**Recorded information:**
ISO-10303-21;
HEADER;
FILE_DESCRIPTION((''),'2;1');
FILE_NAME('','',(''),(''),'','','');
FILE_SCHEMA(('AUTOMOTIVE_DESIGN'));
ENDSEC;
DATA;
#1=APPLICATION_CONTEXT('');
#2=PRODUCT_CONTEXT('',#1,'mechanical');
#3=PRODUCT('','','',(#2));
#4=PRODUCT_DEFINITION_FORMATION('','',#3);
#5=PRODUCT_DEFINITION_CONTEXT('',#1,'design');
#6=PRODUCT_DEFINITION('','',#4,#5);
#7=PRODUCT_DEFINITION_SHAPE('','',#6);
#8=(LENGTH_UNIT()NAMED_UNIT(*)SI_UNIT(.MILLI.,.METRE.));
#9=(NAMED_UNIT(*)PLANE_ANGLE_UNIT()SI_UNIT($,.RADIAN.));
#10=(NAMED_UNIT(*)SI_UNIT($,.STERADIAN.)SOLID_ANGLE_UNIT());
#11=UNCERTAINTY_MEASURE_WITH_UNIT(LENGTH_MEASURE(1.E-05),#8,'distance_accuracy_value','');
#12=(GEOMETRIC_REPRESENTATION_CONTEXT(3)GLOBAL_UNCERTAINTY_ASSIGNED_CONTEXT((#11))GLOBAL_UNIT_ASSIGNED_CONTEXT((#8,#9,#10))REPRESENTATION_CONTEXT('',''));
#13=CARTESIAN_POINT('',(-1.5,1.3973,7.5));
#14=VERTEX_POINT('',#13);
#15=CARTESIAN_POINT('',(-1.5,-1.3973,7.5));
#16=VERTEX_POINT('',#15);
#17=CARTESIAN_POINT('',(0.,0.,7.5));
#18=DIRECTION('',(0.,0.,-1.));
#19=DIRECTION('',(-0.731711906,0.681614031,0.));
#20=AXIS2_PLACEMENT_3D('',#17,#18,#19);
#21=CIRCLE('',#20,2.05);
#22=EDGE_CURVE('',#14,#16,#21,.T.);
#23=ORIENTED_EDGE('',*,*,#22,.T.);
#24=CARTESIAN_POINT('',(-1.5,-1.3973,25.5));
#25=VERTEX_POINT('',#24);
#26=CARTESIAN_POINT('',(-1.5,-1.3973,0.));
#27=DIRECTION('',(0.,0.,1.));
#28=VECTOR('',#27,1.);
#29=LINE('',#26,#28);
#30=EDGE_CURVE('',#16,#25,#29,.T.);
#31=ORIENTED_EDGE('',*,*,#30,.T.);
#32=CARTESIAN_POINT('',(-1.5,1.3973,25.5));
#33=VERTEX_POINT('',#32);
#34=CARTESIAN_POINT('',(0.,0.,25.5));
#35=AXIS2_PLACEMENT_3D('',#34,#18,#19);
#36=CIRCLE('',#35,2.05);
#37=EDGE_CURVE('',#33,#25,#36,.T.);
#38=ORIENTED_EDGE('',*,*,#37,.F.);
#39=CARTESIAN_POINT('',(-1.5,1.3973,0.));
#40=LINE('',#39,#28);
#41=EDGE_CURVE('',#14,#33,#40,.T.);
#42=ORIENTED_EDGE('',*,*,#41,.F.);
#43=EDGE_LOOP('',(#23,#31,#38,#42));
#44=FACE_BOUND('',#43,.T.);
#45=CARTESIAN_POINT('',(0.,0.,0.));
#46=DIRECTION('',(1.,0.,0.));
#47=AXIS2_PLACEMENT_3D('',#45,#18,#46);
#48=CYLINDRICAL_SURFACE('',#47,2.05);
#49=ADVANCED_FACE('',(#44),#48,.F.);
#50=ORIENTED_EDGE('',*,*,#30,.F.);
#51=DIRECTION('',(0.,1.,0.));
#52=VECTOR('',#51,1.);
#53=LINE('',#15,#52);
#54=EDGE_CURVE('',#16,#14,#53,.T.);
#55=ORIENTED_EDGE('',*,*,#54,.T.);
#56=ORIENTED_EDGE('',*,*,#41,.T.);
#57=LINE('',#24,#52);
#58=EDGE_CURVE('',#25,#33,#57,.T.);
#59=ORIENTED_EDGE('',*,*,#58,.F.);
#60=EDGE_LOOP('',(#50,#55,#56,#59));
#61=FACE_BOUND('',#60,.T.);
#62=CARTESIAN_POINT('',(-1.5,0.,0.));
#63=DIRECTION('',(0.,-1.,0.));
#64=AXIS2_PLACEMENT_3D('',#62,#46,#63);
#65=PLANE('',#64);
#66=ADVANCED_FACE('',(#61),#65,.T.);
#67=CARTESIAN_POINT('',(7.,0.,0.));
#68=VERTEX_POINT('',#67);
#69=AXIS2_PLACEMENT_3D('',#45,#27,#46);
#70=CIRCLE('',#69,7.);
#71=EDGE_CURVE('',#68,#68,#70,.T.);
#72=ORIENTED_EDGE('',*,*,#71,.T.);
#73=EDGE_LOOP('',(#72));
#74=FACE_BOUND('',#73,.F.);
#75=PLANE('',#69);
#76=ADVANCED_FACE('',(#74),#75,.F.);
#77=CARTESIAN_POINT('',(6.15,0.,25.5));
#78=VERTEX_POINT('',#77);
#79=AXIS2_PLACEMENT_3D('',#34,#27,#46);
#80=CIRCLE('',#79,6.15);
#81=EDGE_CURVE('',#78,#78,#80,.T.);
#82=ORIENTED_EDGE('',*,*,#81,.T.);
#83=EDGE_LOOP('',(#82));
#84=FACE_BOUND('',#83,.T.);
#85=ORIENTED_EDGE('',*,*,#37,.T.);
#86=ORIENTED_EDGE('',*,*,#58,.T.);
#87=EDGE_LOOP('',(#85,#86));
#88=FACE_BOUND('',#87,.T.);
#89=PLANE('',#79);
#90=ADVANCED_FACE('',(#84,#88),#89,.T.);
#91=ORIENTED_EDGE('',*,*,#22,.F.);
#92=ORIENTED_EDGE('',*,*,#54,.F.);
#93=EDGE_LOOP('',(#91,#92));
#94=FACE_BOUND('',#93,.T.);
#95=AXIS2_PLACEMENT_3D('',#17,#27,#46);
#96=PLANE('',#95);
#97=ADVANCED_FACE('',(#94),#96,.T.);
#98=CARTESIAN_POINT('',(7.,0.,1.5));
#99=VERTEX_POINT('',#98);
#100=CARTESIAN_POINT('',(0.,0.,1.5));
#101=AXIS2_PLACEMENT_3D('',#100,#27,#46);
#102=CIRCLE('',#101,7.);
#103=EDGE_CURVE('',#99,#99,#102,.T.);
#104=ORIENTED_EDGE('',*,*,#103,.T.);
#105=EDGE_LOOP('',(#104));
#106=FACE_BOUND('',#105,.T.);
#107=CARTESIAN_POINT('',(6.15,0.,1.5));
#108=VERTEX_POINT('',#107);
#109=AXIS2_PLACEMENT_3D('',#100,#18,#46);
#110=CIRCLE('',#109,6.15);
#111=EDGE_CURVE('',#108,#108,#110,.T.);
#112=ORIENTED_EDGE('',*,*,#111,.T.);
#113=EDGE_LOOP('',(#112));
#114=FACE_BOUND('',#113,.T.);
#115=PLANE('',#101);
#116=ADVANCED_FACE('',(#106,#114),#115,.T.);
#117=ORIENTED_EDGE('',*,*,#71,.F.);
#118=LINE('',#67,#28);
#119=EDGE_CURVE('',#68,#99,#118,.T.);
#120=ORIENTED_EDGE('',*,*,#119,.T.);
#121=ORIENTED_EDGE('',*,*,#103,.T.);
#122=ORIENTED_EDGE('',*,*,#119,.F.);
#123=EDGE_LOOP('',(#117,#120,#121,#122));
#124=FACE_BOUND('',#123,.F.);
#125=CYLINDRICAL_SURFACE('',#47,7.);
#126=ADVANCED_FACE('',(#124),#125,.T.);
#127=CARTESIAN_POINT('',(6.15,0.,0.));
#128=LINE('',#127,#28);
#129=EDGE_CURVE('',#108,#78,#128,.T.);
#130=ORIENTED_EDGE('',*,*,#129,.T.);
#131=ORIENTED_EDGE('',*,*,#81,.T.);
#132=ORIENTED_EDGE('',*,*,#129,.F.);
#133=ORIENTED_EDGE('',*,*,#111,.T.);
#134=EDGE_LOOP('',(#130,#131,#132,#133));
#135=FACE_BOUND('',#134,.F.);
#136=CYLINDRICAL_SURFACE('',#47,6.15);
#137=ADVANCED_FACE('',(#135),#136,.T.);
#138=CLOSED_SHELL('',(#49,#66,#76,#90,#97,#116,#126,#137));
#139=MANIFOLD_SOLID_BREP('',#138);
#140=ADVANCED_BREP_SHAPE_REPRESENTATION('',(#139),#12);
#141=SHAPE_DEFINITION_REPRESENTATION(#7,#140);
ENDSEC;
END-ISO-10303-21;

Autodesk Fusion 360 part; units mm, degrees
sketch "Sketch1" plane through (0, 0, 0) normal (0, 0, 1) x (1, 0, 0)
  circle A0 centre (0, 0) radius 7
  circle A1 centre (0, 0) radius 6.15
  circle A2 centre (0, 0) radius 2.05
  line L0 (-1.5, 0) -> (-1.5, -1.3973)
  line L1 (-1.5, 0) -> (-1.5, 1.3973)
  point P0 (-1.5, 0)
  dimension "d1" = 14
  dimension "d2" = 12.3
  dimension "d3" = 4.1
  dimension "d4" = 1.5
extrude "Extrude1" add sketch "Sketch1" along normal blind 1.5 contours A0 | A1 | A2 L0 L1 | A2 L0 L1
extrude "Extrude2" add sketch "Sketch1" along normal blind 25.5 contours A1 | A2 L0 L1 picked at (-1.859, 0.1021)
extrude "Extrude3" add sketch "Sketch1" along normal blind 7.5 contours A2 L0 L1 picked at (0.859, -0.1018)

**Problem details:** Going back to the entries above, set down exactly the lines that begin at the one with "#63=DIRECTION('',(0.,-1.,0.));" and end at the one with "#72=ORIENTED_EDGE('',*,*,#71,.T.);", both included, and nothing else.

**Completed exercise:**
#63=DIRECTION('',(0.,-1.,0.));
#64=AXIS2_PLACEMENT_3D('',#62,#46,#63);
#65=PLANE('',#64);
#66=ADVANCED_FACE('',(#61),#65,.T.);
#67=CARTESIAN_POINT('',(7.,0.,0.));
#68=VERTEX_POINT('',#67);
#69=AXIS2_PLACEMENT_3D('',#45,#27,#46);
#70=CIRCLE('',#69,7.);
#71=EDGE_CURVE('',#68,#68,#70,.T.);
#72=ORIENTED_EDGE('',*,*,#71,.T.);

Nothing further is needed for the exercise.